Activity
Which lines below fall between the one containing "#9=(NAMED_UNIT(*)PLANE_ANGLE_UNIT()SI_UNIT($,.RADIAN.));" and the one containing "#17=DIRECTION('',(1.,0.,0.));"? Repeat them exactly, counting both of those lines, and add nothing else.

(Saved entries)
┌──

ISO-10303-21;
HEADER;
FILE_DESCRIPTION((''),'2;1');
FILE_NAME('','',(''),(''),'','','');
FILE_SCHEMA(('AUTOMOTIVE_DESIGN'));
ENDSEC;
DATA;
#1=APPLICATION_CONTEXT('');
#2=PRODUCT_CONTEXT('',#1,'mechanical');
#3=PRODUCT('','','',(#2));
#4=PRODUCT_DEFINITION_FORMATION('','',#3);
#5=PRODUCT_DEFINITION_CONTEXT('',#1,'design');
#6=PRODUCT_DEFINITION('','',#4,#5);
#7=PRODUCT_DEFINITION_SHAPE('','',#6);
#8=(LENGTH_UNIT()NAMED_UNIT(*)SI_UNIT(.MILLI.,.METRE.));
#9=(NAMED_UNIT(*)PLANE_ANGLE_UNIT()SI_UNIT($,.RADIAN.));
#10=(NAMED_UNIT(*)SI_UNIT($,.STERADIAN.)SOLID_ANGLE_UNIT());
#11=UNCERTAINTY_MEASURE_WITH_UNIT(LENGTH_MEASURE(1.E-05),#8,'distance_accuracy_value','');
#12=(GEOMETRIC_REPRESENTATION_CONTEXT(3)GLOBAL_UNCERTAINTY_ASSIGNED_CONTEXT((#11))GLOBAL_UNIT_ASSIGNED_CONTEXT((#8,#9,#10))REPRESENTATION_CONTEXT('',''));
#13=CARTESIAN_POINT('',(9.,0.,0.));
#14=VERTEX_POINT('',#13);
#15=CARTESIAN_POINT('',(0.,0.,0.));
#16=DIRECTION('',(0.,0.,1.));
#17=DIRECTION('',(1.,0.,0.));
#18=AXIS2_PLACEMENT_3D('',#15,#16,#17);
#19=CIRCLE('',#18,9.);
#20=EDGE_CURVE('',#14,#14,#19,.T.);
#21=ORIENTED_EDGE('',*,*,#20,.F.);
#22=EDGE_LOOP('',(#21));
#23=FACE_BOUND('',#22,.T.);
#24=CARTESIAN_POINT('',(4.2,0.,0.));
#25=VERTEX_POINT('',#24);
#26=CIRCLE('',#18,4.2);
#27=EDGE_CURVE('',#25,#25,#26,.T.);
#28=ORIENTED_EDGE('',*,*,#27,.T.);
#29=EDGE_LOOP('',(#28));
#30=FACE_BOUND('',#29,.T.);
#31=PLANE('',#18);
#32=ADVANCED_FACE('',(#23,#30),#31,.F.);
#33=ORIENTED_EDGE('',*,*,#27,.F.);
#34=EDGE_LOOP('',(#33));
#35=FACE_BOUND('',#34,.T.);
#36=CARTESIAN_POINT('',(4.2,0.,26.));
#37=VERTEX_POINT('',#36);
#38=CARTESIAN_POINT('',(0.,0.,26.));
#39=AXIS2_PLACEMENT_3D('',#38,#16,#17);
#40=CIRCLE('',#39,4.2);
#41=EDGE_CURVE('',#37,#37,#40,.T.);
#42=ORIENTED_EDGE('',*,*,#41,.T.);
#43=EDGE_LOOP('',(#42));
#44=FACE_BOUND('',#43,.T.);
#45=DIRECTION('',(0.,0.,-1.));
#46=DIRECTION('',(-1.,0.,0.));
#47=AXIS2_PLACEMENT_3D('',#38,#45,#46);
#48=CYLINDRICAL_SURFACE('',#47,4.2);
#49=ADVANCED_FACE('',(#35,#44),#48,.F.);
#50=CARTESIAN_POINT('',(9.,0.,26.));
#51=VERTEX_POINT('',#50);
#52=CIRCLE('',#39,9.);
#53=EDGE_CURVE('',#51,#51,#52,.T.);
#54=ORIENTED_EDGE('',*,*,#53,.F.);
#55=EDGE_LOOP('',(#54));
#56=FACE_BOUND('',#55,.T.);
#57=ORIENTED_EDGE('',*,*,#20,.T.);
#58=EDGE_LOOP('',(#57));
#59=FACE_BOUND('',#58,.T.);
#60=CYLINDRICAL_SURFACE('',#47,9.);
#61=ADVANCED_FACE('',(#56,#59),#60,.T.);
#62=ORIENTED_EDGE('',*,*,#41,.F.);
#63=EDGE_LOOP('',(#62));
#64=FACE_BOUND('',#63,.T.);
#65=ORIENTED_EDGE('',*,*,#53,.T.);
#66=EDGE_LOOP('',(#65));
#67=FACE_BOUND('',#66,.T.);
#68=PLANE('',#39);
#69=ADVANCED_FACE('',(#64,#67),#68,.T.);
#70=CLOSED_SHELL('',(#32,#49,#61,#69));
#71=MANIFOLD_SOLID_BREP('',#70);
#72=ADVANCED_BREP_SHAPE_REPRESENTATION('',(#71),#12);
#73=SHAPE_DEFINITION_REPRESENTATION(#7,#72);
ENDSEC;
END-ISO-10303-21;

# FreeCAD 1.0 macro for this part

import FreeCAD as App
import Part
import Sketcher
from FreeCAD import Vector

doc = App.newDocument("Part")
body = doc.addObject("PartDesign::Body", "Body")

# Sketch on XY plane
sketch1 = doc.addObject("Sketcher::SketchObject", "Sketch")
body.addObject(sketch1)
sketch1.AttachmentSupport = (doc.XY_Plane, [""])
sketch1.MapMode = "FlatFace"
sketch1.addGeometry(Part.Circle(Vector(0, 0, 0), Vector(0, 0, 1), 9), False)
sketch1.addGeometry(Part.Circle(Vector(0, 0, 0), Vector(0, 0, 1), 4.2), False)
sketch1.addConstraint(Sketcher.Constraint("Coincident", 0, 3, -1, 1))
sketch1.addConstraint(Sketcher.Constraint("Coincident", 1, 3, -1, 1))
sketch1.addConstraint(Sketcher.Constraint("Diameter", 0, 18.0))
sketch1.addConstraint(Sketcher.Constraint("Diameter", 1, 8.4))
pad1 = doc.addObject("PartDesign::Pad", "Pad")
body.addObject(pad1)
pad1.Profile = sketch1
pad1.Length = 26

doc.recompute()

└──

Your solution
#9=(NAMED_UNIT(*)PLANE_ANGLE_UNIT()SI_UNIT($,.RADIAN.));
#10=(NAMED_UNIT(*)SI_UNIT($,.STERADIAN.)SOLID_ANGLE_UNIT());
#11=UNCERTAINTY_MEASURE_WITH_UNIT(LENGTH_MEASURE(1.E-05),#8,'distance_accuracy_value','');
#12=(GEOMETRIC_REPRESENTATION_CONTEXT(3)GLOBAL_UNCERTAINTY_ASSIGNED_CONTEXT((#11))GLOBAL_UNIT_ASSIGNED_CONTEXT((#8,#9,#10))REPRESENTATION_CONTEXT('',''));
#13=CARTESIAN_POINT('',(9.,0.,0.));
#14=VERTEX_POINT('',#13);
#15=CARTESIAN_POINT('',(0.,0.,0.));
#16=DIRECTION('',(0.,0.,1.));
#17=DIRECTION('',(1.,0.,0.));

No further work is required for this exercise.